Specify characteristics of the tire, such as the rolling radius or static friction coefficient. The table shows how the visibility of some Main parameters depends on the options that you choose for other parameters. To learn how to read the table, see Parameter Dependencies.

Main Parameter Dependencies

Main
Rolling radius
Friction model — Choose `Fixed kinetic friction coefficient`, `Table lookup kinetic friction coefficient`, or `Physical signal friction coefficients`
Fixed kinetic friction coefficient	Table lookup kinetic friction coefficient	Physical signal friction coefficients — Exposes physical signal input port M for providing the static (μ_s) and kinetic (μ_k) friction coefficients to the block as an array of two elements in the order [μ_s, μ_k].
Static friction coefficient
Kinetic friction coefficient	Tire slip vector
	Kinetic friction coefficient vector
	Interpolation method
	Extrapolation method

`Rolling radius` — Unloaded tire-wheel radius
`0.3` `m` (default) | positive scalar

Distance between the pavement and the center of the tire.

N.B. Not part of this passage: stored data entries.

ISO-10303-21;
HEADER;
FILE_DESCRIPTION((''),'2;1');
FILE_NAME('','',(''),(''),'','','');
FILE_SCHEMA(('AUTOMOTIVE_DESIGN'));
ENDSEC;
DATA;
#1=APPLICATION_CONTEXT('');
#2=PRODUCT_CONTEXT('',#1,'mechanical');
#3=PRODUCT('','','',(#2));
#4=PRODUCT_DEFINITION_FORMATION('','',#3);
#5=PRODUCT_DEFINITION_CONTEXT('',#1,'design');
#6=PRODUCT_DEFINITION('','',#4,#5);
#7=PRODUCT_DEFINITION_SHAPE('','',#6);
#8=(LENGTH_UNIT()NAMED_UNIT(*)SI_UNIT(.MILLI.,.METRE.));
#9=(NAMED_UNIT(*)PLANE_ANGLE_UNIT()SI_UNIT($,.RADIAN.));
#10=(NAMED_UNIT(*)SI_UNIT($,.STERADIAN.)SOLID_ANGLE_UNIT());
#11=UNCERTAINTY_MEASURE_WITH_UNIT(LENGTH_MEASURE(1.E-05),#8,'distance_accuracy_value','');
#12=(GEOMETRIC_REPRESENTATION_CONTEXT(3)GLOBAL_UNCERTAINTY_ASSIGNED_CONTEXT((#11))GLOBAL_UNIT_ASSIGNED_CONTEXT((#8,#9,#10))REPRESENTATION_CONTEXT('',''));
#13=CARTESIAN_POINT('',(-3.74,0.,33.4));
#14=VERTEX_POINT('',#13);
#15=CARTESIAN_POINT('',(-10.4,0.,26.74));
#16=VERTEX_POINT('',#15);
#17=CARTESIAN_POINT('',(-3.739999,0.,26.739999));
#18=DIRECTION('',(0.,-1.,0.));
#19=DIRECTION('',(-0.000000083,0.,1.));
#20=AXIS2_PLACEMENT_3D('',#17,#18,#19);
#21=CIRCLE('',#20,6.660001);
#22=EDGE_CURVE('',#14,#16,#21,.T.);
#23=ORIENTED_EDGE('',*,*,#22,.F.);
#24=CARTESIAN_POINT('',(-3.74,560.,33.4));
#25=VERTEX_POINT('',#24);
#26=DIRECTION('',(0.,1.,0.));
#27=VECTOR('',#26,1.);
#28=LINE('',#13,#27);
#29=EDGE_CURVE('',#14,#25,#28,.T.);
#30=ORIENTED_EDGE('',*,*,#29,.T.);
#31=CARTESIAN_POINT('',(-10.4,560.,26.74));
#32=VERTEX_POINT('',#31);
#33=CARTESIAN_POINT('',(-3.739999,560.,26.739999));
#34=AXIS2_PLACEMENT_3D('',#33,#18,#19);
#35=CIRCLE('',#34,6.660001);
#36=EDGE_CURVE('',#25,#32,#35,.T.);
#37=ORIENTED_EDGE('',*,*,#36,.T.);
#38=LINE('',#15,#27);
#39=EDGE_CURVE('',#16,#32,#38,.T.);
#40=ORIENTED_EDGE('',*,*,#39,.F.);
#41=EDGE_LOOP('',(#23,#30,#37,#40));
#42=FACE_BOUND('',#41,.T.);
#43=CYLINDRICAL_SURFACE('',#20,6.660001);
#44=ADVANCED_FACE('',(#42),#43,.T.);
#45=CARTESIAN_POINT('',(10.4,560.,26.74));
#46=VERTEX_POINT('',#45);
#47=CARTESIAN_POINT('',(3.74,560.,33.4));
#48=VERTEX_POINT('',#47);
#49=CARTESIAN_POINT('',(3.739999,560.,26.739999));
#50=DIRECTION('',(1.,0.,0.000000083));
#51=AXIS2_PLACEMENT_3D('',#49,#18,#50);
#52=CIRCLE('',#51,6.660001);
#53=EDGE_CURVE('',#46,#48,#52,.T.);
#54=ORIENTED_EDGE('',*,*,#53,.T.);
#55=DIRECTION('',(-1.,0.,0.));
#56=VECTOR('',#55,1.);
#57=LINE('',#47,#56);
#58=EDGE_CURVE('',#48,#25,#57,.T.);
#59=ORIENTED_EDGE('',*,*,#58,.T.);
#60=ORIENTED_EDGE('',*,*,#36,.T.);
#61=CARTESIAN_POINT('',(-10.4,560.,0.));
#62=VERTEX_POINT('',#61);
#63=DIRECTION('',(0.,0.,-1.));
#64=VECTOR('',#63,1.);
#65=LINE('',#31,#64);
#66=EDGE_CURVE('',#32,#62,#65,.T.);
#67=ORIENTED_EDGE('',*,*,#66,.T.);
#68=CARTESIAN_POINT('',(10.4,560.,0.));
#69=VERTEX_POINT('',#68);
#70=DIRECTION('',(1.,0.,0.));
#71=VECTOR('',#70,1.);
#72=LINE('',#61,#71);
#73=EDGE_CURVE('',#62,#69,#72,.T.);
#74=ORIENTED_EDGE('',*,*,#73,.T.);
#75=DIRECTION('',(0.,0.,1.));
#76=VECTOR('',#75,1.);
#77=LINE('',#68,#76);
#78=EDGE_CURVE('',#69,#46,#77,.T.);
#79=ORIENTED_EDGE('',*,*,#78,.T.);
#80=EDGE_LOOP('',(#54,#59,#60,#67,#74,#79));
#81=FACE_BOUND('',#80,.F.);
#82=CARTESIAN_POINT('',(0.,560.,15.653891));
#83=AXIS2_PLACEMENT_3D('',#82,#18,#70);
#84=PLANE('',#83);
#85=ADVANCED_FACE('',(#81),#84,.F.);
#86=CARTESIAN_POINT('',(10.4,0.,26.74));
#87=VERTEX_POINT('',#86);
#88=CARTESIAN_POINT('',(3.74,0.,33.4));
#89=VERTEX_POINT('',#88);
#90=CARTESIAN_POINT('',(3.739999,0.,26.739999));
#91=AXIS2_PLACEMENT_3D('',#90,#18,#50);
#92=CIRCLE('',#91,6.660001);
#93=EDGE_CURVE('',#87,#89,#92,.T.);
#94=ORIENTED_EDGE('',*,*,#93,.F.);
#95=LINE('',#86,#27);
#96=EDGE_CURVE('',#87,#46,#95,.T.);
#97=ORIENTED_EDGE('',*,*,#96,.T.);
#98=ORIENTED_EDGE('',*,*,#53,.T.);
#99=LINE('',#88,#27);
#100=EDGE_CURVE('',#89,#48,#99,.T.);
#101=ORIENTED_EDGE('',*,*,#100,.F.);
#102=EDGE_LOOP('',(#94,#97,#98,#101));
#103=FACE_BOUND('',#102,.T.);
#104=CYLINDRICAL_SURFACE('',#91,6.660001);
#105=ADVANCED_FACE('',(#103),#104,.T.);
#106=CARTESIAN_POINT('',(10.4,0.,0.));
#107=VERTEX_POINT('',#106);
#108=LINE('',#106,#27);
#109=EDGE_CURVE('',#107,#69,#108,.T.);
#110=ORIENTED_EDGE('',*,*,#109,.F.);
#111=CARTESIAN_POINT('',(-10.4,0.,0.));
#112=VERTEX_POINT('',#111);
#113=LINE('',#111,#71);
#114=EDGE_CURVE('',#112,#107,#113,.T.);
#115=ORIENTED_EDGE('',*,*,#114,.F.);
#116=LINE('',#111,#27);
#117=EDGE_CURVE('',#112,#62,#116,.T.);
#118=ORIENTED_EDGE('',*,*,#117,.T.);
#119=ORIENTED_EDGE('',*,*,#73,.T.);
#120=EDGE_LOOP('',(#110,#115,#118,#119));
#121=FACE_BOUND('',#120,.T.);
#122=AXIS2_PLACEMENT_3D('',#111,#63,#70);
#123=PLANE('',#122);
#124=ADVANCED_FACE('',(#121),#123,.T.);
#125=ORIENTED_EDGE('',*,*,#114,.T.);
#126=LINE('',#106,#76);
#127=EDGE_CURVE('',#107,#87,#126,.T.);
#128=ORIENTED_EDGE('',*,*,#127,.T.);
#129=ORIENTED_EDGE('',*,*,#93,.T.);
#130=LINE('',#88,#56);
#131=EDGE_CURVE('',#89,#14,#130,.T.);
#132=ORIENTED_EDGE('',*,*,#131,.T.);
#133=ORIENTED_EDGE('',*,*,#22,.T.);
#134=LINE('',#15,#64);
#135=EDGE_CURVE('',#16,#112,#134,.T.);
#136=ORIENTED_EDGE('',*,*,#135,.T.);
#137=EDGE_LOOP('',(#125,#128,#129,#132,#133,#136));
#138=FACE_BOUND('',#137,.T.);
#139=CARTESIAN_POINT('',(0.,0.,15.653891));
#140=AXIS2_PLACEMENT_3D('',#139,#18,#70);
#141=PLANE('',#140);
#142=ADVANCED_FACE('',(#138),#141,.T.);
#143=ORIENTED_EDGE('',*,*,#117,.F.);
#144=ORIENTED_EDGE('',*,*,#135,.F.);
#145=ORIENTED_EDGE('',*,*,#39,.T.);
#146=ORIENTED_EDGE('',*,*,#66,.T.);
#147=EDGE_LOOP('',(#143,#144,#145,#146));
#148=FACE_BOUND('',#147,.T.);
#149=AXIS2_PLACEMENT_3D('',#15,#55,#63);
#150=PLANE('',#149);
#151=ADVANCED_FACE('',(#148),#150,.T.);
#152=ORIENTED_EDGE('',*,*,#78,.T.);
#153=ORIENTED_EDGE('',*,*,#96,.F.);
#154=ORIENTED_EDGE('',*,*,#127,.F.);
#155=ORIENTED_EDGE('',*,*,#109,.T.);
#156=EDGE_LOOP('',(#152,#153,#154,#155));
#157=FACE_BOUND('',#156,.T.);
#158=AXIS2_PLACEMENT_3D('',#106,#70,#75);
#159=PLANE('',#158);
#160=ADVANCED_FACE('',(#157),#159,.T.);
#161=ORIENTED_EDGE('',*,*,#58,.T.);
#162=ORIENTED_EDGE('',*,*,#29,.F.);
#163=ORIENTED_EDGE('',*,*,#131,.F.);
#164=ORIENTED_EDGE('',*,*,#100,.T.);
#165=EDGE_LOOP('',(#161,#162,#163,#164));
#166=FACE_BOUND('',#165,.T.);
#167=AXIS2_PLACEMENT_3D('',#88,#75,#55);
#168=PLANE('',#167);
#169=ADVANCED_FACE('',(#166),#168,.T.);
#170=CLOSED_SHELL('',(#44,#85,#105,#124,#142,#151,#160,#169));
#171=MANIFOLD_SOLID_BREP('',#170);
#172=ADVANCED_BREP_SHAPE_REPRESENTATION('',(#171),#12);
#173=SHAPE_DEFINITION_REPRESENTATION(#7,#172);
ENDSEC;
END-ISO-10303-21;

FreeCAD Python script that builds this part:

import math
import FreeCAD as App
import Part
import Sketcher

V = App.Vector
Q = App.Units.Quantity

doc = App.newDocument("Part")
body = doc.addObject("PartDesign::Body", "Body")

sketch1 = body.newObject("Sketcher::SketchObject", "Sketch")
sketch1.AttachmentSupport = (doc.getObject("XZ_Plane"), [""])
sketch1.MapMode = "FlatFace"
sketch1.addGeometry([
    Part.LineSegment(V(-10, 27, 0), V(-10, 0, 0)),
    Part.LineSegment(V(-10, 0, 0), V(10, 0, 0)),
    Part.LineSegment(V(10, 0, 0), V(10, 27, 0)),
    Part.ArcOfCircle(Part.Circle(V(4, 27, 0), V(0, 0, 1), 7), math.radians(0), math.radians(90)),
    Part.LineSegment(V(4, 33, 0), V(-4, 33, 0)),
    Part.ArcOfCircle(Part.Circle(V(-4, 27, 0), V(0, 0, 1), 7), math.radians(90), math.radians(180)),
], False)
sketch1.addConstraint([
    Sketcher.Constraint("Coincident", 0, 2, 1, 1),
    Sketcher.Constraint("Coincident", 1, 2, 2, 1),
    Sketcher.Constraint("Tangent", 2, 2, 3, 1),
    Sketcher.Constraint("Tangent", 3, 2, 4, 1),
    Sketcher.Constraint("Tangent", 4, 2, 5, 1),
    Sketcher.Constraint("Tangent", 5, 2, 0, 1),
    Sketcher.Constraint("Vertical", 0),
    Sketcher.Constraint("Horizontal", 1),
    Sketcher.Constraint("Vertical", 2),
    Sketcher.Constraint("Horizontal", 4),
    Sketcher.Constraint("Equal", 3, 5),
    Sketcher.Constraint("Symmetric", 0, 2, 1, 2, -1, 1),
    Sketcher.Constraint("Radius", 3, Q("6.660001 mm")),
    Sketcher.Constraint("DistanceX", 1, 1, 1, 2, Q("20.8 mm")),
    Sketcher.Constraint("DistanceY", 0, 2, 0, 1, Q("26.74 mm")),
])
pad1 = body.newObject("PartDesign::Pad", "Pad")
pad1.Profile = sketch1
pad1.Length = 560
pad1.Reversed = True

doc.recompute()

`Friction model` — Friction model
`Fixed kinetic friction coefficient` (default) | `Table lookup kinetic friction coefficient` | `Physical signal friction coefficients`

The block provides three friction models. The default model, Fixed kinetic friction coefficient, uses constant static and kinetic friction coefficients that you specify.

To specify friction using table lookup, set the Friction model parameter to Table lookup kinetic friction coefficient. While this model treats the static coefficient as a constant, it treats the kinetic coefficient as a constant or function of tire slip. Use this model to model tire dynamics under constant pavement conditions.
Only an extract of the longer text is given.